Несколько раз не надолго затихают слушатели, но не выдерживают и снова бурлят и грохочут. И вместе с другими, озлобленней и яростней иных, грохочет и бурлит Афанасий…
Вспотев и отдуваясь, кончает свое дело товарищ Верещагин, Митька. Чернявый, скуластый снова встает и, покрывая усилившийся шум и говор, звонко предлагает:
— Граждане, которые желают, могут вполне свободно задавать вопросы. Кому что непонятно.
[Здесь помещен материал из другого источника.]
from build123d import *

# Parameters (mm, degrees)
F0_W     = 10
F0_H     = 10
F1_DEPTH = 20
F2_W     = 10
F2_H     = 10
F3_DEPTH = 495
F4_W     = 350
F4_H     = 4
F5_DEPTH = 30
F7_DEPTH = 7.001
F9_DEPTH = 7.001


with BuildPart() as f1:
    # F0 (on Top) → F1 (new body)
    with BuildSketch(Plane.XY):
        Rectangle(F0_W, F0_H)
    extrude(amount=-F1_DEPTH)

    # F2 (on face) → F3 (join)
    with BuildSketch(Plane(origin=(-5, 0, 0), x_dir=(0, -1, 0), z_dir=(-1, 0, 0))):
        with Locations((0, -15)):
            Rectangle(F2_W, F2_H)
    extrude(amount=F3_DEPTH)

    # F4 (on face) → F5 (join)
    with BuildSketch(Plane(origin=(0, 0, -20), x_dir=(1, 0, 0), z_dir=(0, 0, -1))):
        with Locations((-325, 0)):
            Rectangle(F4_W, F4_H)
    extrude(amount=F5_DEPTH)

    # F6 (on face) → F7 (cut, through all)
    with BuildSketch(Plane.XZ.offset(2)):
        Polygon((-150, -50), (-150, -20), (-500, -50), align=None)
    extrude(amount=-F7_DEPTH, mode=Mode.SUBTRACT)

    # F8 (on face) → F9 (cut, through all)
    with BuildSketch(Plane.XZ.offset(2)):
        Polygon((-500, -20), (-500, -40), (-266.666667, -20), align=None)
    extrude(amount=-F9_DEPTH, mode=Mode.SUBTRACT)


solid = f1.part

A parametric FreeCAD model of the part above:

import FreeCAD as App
import Part
import Sketcher

V = App.Vector
Q = App.Units.Quantity

doc = App.newDocument("Part")
body = doc.addObject("PartDesign::Body", "Body")

sketch1 = body.newObject("Sketcher::SketchObject", "Sketch")
sketch1.AttachmentSupport = (doc.getObject("XY_Plane"), [""])
sketch1.MapMode = "FlatFace"
sketch1.addGeometry(Part.LineSegment(V(-5, 5, 0), V(-5, -5, 0)), False)
sketch1.addGeometry(Part.LineSegment(V(-5, -5, 0), V(5, -5, 0)), False)
sketch1.addGeometry(Part.LineSegment(V(5, -5, 0), V(5, 5, 0)), False)
sketch1.addGeometry(Part.LineSegment(V(5, 5, 0), V(-5, 5, 0)), False)
sketch1.addConstraint(Sketcher.Constraint("Coincident", 0, 2, 1, 1))
sketch1.addConstraint(Sketcher.Constraint("Coincident", 1, 2, 2, 1))
sketch1.addConstraint(Sketcher.Constraint("Coincident", 2, 2, 3, 1))
sketch1.addConstraint(Sketcher.Constraint("Coincident", 3, 2, 0, 1))
sketch1.addConstraint(Sketcher.Constraint("Vertical", 0))
sketch1.addConstraint(Sketcher.Constraint("Horizontal", 1))
sketch1.addConstraint(Sketcher.Constraint("Vertical", 2))
sketch1.addConstraint(Sketcher.Constraint("Horizontal", 3))
sketch1.addConstraint(Sketcher.Constraint("Symmetric", 0, 2, 2, 2, -1, 1))
sketch1.addConstraint(Sketcher.Constraint("Equal", 3, 0))
sketch1.addConstraint(Sketcher.Constraint("DistanceX", 1, 1, 1, 2, Q("10 mm")))
pad1 = body.newObject("PartDesign::Pad", "Pad")
pad1.Profile = sketch1
pad1.Length = 20
pad1.Reversed = True

sketch2 = body.newObject("Sketcher::SketchObject", "Sketch001")
sketch2.AttachmentSupport = (doc.getObject("YZ_Plane"), [""])
sketch2.MapMode = "FlatFace"
sketch2.AttachmentOffset = App.Placement(V(0, 0, -5), App.Rotation())
sketch2.addGeometry(Part.LineSegment(V(5, -10, 0), V(5, -20, 0)), False)
sketch2.addGeometry(Part.LineSegment(V(5, -20, 0), V(-5, -20, 0)), False)
sketch2.addGeometry(Part.LineSegment(V(-5, -20, 0), V(-5, -10, 0)), False)
sketch2.addGeometry(Part.LineSegment(V(-5, -10, 0), V(5, -10, 0)), False)
sketch2.addConstraint(Sketcher.Constraint("Coincident", 0, 2, 1, 1))
sketch2.addConstraint(Sketcher.Constraint("Coincident", 1, 2, 2, 1))
sketch2.addConstraint(Sketcher.Constraint("Coincident", 2, 2, 3, 1))
sketch2.addConstraint(Sketcher.Constraint("Coincident", 3, 2, 0, 1))
sketch2.addConstraint(Sketcher.Constraint("Vertical", 0))
sketch2.addConstraint(Sketcher.Constraint("Horizontal", 1))
sketch2.addConstraint(Sketcher.Constraint("Vertical", 2))
sketch2.addConstraint(Sketcher.Constraint("Horizontal", 3))
sketch2.addConstraint(Sketcher.Constraint("Equal", 3, 0))
sketch2.addConstraint(Sketcher.Constraint("DistanceX", 1, 2, 1, 1, Q("10 mm")))
sketch2.addConstraint(Sketcher.Constraint("DistanceX", -1, 1, 0, 2, Q("5 mm")))
sketch2.addConstraint(Sketcher.Constraint("DistanceY", 0, 2, -1, 1, Q("20 mm")))
pad2 = body.newObject("PartDesign::Pad", "Pad001")
pad2.Profile = sketch2
pad2.Length = 495
pad2.Reversed = True

sketch3 = body.newObject("Sketcher::SketchObject", "Sketch002")
sketch3.AttachmentSupport = (doc.getObject("XY_Plane"), [""])
sketch3.MapMode = "FlatFace"
sketch3.AttachmentOffset = App.Placement(V(0, 0, -20), App.Rotation())
sketch3.addGeometry(Part.LineSegment(V(-500, -2, 0), V(-500, 2, 0)), False)
sketch3.addGeometry(Part.LineSegment(V(-500, 2, 0), V(-150, 2, 0)), False)
sketch3.addGeometry(Part.LineSegment(V(-150, 2, 0), V(-150, -2, 0)), False)
sketch3.addGeometry(Part.LineSegment(V(-150, -2, 0), V(-500, -2, 0)), False)
sketch3.addConstraint(Sketcher.Constraint("Coincident", 0, 2, 1, 1))
sketch3.addConstraint(Sketcher.Constraint("Coincident", 1, 2, 2, 1))
sketch3.addConstraint(Sketcher.Constraint("Coincident", 2, 2, 3, 1))
sketch3.addConstraint(Sketcher.Constraint("Coincident", 3, 2, 0, 1))
sketch3.addConstraint(Sketcher.Constraint("Vertical", 0))
sketch3.addConstraint(Sketcher.Constraint("Horizontal", 1))
sketch3.addConstraint(Sketcher.Constraint("Vertical", 2))
sketch3.addConstraint(Sketcher.Constraint("Horizontal", 3))
sketch3.addConstraint(Sketcher.Constraint("DistanceX", 1, 1, 1, 2, Q("350 mm")))
sketch3.addConstraint(Sketcher.Constraint("DistanceY", 0, 1, 0, 2, Q("4 mm")))
sketch3.addConstraint(Sketcher.Constraint("DistanceX", 0, 2, -1, 1, Q("500 mm")))
sketch3.addConstraint(Sketcher.Constraint("DistanceY", -1, 1, 0, 2, Q("2 mm")))
pad3 = body.newObject("PartDesign::Pad", "Pad002")
pad3.Profile = sketch3
pad3.Length = 30
pad3.Reversed = True

sketch4 = body.newObject("Sketcher::SketchObject", "Sketch003")
sketch4.AttachmentSupport = (doc.getObject("XZ_Plane"), [""])
sketch4.MapMode = "FlatFace"
sketch4.AttachmentOffset = App.Placement(V(0, 0, 2), App.Rotation())
sketch4.addGeometry(Part.LineSegment(V(-150, -50, 0), V(-150, -20, 0)), False)
sketch4.addGeometry(Part.LineSegment(V(-150, -20, 0), V(-500, -50, 0)), False)
sketch4.addGeometry(Part.LineSegment(V(-500, -50, 0), V(-150, -50, 0)), False)
sketch4.addConstraint(Sketcher.Constraint("Coincident", 0, 2, 1, 1))
sketch4.addConstraint(Sketcher.Constraint("Coincident", 1, 2, 2, 1))
sketch4.addConstraint(Sketcher.Constraint("Coincident", 2, 2, 0, 1))
sketch4.addConstraint(Sketcher.Constraint("Vertical", 0))
sketch4.addConstraint(Sketcher.Constraint("Horizontal", 2))
sketch4.addConstraint(Sketcher.Constraint("DistanceX", 2, 1, 2, 2, Q("350 mm")))
sketch4.addConstraint(Sketcher.Constraint("DistanceY", 0, 1, 0, 2, Q("30 mm")))
sketch4.addConstraint(Sketcher.Constraint("DistanceX", 0, 2, -1, 1, Q("150 mm")))
sketch4.addConstraint(Sketcher.Constraint("DistanceY", 0, 2, -1, 1, Q("20 mm")))
pocket1 = body.newObject("PartDesign::Pocket", "Pocket")
pocket1.Profile = sketch4
pocket1.Type = "ThroughAll"

sketch5 = body.newObject("Sketcher::SketchObject", "Sketch004")
sketch5.AttachmentSupport = (doc.getObject("XZ_Plane"), [""])
sketch5.MapMode = "FlatFace"
sketch5.AttachmentOffset = App.Placement(V(0, 0, 2), App.Rotation())
sketch5.addGeometry(Part.LineSegment(V(-500, -20, 0), V(-500, -40, 0)), False)
sketch5.addGeometry(Part.LineSegment(V(-500, -40, 0), V(-267, -20, 0)), False)
sketch5.addGeometry(Part.LineSegment(V(-267, -20, 0), V(-500, -20, 0)), False)
sketch5.addConstraint(Sketcher.Constraint("Coincident", 0, 2, 1, 1))
sketch5.addConstraint(Sketcher.Constraint("Coincident", 1, 2, 2, 1))
sketch5.addConstraint(Sketcher.Constraint("Coincident", 2, 2, 0, 1))
sketch5.addConstraint(Sketcher.Constraint("Vertical", 0))
sketch5.addConstraint(Sketcher.Constraint("Horizontal", 2))
sketch5.addConstraint(Sketcher.Constraint("DistanceY", 0, 2, 0, 1, Q("20 mm")))
sketch5.addConstraint(Sketcher.Constraint("DistanceX", 0, 2, -1, 1, Q("500 mm")))
sketch5.addConstraint(Sketcher.Constraint("DistanceY", 0, 2, -1, 1, Q("40 mm")))
sketch5.addConstraint(Sketcher.Constraint("DistanceX", 2, 2, 2, 1, Q("233.333333 mm")))
pocket2 = body.newObject("PartDesign::Pocket", "Pocket001")
pocket2.Profile = sketch5
pocket2.Type = "ThroughAll"

doc.recompute()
Пылающий возбуждением, шумный и неуклюжий, протискивается меж скамьями Афанасий и широко размахивает руками:
— Давай я спрошу!
— Ну, спрашивай.
Не глядя на ребят, ни на чернявого, ни на оратора Митьку, Афанасий оборачивается к своим, к мужикам и бабам:
— Хочу загануть я вопрос! — кричит он восторженно и гневно.
— Вали!.. Сыпь, Косолапыч!..
— Хочу поспрошать — пошто этих сукиных сынов матери рожали, утробы свои надрывали? на кой ляд?!.
Пляшет прокуренный сельсовет в хохоте, гневе, реве и шуме. Пляшут полуизодранные плакаты на гулких стенах. Вокруг Афанасия свивается клубок, ребята напрасно призывают к порядку, к спокойствию, к тишине. Порядка, спокойствия и тишины нет.
3
Крёстная, Арина Васильевна, приходит из сельсовета сердитая, ругаясь:
— Черти охальные! Над богом галились, чисто татары, аль жиды!.. Страсти какие, Ксеночка, — бога, говорят, нету, бога, мол, попы придумали!.. Да разрази их богородица, изгальщиков этаких!
Ксения хмуро слушает и не сочувствует крёстной. Ксения думает о своем и нет ей дела до старухиных забот. Но Арина Васильевна, распаленно, разгневанно воодушевленная, многословно рассказывает о том, что было в сельсовете, — и нехотя, лениво и бесстрастно втягивается Ксения в разговор.
— Афанасий-то что разорялся? — усмехается она: — Ведь, он лет двадцать, поди, в церкви не бывал.